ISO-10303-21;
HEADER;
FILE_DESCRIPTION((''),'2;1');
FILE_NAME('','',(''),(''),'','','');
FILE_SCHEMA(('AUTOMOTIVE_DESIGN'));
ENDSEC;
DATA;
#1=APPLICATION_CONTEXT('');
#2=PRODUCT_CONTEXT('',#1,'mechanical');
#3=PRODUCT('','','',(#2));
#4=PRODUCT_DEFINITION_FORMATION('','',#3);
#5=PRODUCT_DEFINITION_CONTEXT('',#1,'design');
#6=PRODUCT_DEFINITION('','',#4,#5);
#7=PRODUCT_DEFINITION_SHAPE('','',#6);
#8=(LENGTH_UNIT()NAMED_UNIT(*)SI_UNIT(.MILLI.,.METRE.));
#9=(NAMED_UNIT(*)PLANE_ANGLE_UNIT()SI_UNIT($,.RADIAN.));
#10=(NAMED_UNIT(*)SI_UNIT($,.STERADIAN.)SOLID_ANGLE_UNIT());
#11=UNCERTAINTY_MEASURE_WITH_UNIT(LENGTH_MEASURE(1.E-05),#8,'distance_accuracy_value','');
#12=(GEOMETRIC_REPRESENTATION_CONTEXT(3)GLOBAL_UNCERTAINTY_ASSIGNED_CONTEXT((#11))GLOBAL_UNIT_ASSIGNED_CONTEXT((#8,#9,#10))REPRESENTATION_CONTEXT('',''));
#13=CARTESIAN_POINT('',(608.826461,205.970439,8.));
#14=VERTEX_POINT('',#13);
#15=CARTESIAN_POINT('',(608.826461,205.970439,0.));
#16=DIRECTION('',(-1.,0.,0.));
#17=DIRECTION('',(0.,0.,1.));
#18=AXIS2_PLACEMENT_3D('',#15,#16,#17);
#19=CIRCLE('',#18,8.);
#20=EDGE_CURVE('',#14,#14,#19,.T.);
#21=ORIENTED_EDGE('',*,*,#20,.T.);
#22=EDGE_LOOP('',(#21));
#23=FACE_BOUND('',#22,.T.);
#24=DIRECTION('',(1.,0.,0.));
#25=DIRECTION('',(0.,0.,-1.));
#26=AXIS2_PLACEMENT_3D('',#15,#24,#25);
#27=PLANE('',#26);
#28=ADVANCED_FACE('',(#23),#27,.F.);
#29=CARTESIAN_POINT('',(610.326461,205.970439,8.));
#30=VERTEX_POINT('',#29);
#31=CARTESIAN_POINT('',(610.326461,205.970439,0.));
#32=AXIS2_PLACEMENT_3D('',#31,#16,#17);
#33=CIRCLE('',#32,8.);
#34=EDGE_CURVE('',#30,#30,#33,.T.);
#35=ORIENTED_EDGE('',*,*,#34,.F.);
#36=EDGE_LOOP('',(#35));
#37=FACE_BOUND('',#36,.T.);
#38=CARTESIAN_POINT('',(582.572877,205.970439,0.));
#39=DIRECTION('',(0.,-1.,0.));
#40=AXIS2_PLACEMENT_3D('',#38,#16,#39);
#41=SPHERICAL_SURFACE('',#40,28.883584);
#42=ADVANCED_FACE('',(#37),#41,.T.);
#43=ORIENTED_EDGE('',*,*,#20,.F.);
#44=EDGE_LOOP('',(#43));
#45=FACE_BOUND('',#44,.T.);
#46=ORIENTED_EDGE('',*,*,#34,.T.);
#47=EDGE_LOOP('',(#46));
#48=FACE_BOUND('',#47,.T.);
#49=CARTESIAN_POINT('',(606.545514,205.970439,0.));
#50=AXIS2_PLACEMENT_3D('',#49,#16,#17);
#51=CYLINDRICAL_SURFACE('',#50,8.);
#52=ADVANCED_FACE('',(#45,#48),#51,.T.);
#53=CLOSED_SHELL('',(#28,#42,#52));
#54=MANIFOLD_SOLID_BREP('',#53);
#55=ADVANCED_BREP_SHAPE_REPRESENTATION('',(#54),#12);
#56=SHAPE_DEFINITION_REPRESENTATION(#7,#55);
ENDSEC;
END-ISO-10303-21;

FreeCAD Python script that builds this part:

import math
import FreeCAD as App
import Part
import Sketcher
Q = App.Units.Quantity

doc = App.newDocument("Part")
body = doc.addObject("PartDesign::Body", "Body")

# Sketch on XY plane
sketch1 = doc.addObject("Sketcher::SketchObject", "Sketch")
body.addObject(sketch1)
sketch1.AttachmentSupport = (doc.XY_Plane, [""])
sketch1.MapMode = "FlatFace"
sketch1.addGeometry([
    Part.LineSegment(App.Vector(608.8, 214, 0), App.Vector(608.8, 206, 0)),
    Part.LineSegment(App.Vector(608.8, 206, 0), App.Vector(611.5, 206, 0)),
    Part.ArcOfCircle(Part.Circle(App.Vector(582.6, 206, 0), App.Vector(0, 0, 1), 28.9), math.radians(0), math.radians(16.08)),
    Part.LineSegment(App.Vector(610.3, 214, 0), App.Vector(608.8, 214, 0)),
], False)
sketch1.addGeometry(Part.LineSegment(App.Vector(582.6, 206, 0), App.Vector(611.5, 206, 0)), True)  # axis
sketch1.addConstraint([
    Sketcher.Constraint("Coincident", 0, 2, 1, 1),
    Sketcher.Constraint("Coincident", 1, 2, 2, 1),
    Sketcher.Constraint("Coincident", 2, 2, 3, 1),
    Sketcher.Constraint("Coincident", 3, 2, 0, 1),
    Sketcher.Constraint("Vertical", 0),
    Sketcher.Constraint("Horizontal", 1),
    Sketcher.Constraint("Horizontal", 3),
    Sketcher.Constraint("Horizontal", 4),
    Sketcher.Constraint("Coincident", 4, 1, 2, 3),
    Sketcher.Constraint("Coincident", 4, 2, 1, 2),
    Sketcher.Constraint("DistanceY", 0, 2, 0, 1, Q("8 mm")),
    Sketcher.Constraint("DistanceX", 3, 2, 3, 1, Q("1.5 mm")),
    Sketcher.Constraint("DistanceX", 1, 1, 1, 2, Q("2.63 mm")),
    Sketcher.Constraint("DistanceY", -1, 1, 2, 3, Q("205.970439 mm")),
    Sketcher.Constraint("DistanceX", -1, 1, 0, 2, Q("608.826461 mm")),
])
revolution = doc.addObject("PartDesign::Revolution", "Revolution")
body.addObject(revolution)
revolution.Profile = sketch1
revolution.ReferenceAxis = (sketch1, ["Axis0"])
revolution.Angle = 360

doc.recompute()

**Task goal**
Work out how many lines of the material above contain the word "DIRECTION", then give only that figure.

**Written solution**
5